## Action item
When you reach the line that contains "f 911 910 858" in the data below, start reproducing lines exactly, and stop after the line that contains "line L13 (-121.003, -51) -> (-188, -51)".

## Dataset excerpts
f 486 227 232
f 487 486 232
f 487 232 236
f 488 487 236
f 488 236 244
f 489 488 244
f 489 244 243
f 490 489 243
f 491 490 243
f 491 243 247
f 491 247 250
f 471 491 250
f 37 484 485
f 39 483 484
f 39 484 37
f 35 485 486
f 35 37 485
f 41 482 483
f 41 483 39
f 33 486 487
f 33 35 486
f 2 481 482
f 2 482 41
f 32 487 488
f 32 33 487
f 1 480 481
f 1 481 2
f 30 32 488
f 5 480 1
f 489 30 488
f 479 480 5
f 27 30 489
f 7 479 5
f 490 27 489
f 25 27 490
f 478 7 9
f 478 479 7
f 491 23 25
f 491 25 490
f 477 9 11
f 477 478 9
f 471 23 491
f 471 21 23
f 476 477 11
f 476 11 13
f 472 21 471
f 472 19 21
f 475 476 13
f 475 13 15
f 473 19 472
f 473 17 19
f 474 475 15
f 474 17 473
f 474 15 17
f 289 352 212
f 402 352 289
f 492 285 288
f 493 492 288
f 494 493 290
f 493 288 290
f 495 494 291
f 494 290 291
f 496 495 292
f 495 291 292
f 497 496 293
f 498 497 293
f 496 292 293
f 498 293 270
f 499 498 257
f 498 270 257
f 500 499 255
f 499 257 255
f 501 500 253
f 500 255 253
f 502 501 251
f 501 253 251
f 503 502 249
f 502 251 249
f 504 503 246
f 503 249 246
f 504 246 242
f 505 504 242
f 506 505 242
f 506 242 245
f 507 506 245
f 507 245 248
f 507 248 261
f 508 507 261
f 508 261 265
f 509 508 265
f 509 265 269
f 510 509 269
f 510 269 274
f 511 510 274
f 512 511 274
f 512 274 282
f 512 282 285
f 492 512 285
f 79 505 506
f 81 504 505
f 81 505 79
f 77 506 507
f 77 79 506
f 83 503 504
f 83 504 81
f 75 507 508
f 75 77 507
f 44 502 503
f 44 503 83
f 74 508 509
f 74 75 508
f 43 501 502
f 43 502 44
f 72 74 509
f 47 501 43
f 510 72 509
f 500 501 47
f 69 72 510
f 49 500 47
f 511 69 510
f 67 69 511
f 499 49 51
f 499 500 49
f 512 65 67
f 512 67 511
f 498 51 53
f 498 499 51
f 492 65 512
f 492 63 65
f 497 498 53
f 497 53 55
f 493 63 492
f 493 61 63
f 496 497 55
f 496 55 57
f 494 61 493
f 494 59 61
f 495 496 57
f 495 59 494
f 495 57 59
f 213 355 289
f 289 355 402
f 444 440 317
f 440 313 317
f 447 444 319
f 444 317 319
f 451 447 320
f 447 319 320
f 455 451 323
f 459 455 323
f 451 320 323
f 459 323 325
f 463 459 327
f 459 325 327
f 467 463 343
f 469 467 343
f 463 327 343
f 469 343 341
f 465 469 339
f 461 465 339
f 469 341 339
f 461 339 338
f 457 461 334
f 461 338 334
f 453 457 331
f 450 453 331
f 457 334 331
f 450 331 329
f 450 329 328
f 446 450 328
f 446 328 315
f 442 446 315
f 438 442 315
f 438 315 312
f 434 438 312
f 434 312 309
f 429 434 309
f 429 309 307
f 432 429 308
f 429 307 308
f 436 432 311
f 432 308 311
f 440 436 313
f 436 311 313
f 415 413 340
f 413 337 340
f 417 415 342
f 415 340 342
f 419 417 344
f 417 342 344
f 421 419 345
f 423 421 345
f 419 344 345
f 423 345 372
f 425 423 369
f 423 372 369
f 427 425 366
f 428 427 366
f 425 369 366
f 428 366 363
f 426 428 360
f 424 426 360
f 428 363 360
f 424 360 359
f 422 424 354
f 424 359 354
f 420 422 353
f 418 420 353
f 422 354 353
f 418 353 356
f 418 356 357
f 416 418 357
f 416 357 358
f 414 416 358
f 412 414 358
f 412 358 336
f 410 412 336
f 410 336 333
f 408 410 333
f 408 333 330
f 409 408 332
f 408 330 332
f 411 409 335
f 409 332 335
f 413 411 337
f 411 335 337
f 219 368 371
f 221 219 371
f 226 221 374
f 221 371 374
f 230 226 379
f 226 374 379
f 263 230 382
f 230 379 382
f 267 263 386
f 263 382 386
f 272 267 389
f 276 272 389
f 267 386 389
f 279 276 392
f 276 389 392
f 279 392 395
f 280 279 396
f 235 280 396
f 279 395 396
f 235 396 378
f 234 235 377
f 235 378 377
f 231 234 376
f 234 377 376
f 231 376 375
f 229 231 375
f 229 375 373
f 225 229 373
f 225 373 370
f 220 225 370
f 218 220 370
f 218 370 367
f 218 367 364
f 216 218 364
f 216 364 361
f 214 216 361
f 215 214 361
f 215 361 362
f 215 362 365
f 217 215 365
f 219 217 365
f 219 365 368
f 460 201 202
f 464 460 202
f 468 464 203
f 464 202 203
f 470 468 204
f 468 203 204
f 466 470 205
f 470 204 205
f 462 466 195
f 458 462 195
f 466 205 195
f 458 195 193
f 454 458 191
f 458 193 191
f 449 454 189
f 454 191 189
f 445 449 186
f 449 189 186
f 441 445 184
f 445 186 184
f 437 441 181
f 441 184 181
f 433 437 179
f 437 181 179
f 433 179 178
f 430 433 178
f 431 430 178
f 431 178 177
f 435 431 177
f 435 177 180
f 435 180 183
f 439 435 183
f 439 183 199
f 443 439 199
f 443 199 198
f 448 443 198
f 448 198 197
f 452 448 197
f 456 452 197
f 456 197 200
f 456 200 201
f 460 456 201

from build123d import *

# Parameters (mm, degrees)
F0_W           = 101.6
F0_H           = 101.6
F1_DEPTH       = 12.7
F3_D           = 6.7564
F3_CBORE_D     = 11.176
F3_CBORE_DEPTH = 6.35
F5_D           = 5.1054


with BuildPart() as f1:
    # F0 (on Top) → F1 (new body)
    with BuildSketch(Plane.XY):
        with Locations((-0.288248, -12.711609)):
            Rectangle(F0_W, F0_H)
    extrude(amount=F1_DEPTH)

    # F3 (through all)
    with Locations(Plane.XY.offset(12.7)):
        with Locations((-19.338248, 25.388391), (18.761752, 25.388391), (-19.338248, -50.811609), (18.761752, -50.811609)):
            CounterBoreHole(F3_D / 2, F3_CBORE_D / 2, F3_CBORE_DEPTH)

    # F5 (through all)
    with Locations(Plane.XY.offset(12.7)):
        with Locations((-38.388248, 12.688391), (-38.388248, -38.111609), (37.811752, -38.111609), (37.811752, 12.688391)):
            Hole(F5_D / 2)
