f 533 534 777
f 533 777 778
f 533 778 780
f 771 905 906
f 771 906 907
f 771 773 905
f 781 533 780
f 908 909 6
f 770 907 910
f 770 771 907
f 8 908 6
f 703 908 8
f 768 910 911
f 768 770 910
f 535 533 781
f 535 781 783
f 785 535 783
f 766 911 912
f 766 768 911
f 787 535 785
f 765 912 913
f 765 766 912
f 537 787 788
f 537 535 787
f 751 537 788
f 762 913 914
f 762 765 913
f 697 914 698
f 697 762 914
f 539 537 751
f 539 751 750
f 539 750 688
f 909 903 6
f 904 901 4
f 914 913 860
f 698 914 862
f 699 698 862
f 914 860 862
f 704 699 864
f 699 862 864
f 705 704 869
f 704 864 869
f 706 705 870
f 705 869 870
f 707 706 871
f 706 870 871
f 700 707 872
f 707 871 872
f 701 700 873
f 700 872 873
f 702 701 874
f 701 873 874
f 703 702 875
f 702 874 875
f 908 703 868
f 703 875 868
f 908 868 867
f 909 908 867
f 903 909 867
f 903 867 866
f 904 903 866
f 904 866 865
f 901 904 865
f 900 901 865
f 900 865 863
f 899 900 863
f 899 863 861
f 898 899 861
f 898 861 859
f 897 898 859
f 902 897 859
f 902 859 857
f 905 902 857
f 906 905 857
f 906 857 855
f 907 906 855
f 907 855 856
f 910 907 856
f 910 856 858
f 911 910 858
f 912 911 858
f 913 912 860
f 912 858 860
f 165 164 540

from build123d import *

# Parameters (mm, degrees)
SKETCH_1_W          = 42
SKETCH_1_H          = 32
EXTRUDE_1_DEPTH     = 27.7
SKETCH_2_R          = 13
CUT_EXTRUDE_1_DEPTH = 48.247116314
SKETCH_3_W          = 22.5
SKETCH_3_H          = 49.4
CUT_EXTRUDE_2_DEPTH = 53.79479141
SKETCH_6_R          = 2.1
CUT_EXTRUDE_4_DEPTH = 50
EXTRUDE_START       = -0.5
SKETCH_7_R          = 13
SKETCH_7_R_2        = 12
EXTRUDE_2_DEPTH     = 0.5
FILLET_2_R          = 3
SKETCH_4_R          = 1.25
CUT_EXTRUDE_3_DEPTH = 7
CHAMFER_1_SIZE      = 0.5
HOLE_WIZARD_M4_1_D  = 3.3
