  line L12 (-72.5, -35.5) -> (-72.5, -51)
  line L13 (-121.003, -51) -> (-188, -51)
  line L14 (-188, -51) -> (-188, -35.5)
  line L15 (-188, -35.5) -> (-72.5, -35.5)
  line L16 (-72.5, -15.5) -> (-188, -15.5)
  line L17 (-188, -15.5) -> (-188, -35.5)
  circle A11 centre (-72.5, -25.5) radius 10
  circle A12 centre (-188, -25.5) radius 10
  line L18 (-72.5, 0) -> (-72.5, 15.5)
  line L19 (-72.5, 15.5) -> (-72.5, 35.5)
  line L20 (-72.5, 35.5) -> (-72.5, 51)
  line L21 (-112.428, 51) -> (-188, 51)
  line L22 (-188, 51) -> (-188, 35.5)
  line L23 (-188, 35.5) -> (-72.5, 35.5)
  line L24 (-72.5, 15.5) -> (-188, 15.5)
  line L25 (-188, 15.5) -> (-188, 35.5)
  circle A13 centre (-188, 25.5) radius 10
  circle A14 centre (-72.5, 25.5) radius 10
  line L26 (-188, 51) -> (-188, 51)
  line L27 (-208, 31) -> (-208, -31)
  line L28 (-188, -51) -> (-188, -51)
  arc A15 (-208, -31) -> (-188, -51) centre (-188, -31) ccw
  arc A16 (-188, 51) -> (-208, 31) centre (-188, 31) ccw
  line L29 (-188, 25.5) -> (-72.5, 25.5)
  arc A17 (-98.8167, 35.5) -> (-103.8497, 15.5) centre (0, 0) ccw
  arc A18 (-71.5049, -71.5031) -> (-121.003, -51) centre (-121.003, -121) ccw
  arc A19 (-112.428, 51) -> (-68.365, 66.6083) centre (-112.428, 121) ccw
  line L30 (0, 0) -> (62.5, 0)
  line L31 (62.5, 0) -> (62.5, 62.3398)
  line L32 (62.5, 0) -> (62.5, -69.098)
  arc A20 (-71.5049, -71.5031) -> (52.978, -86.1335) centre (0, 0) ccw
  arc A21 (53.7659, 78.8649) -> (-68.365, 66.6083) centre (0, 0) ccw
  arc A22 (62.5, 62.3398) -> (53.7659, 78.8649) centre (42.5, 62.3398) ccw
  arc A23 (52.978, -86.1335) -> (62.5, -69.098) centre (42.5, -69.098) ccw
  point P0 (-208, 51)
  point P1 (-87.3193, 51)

## Solution to this exercise
f 911 910 858
f 912 911 858
f 913 912 860
f 912 858 860
f 165 164 540

from build123d import *

# Parameters (mm, degrees)
SKETCH_1_W          = 42
SKETCH_1_H          = 32
EXTRUDE_1_DEPTH     = 27.7
SKETCH_2_R          = 13
CUT_EXTRUDE_1_DEPTH = 48.247116314
SKETCH_3_W          = 22.5
SKETCH_3_H          = 49.4
CUT_EXTRUDE_2_DEPTH = 53.79479141
SKETCH_6_R          = 2.1
CUT_EXTRUDE_4_DEPTH = 50
EXTRUDE_START       = -0.5
SKETCH_7_R          = 13
SKETCH_7_R_2        = 12
EXTRUDE_2_DEPTH     = 0.5
FILLET_2_R          = 3
SKETCH_4_R          = 1.25
CUT_EXTRUDE_3_DEPTH = 7
CHAMFER_1_SIZE      = 0.5
HOLE_WIZARD_M4_1_D  = 3.3
  line L12 (-72.5, -35.5) -> (-72.5, -51)
  line L13 (-121.003, -51) -> (-188, -51)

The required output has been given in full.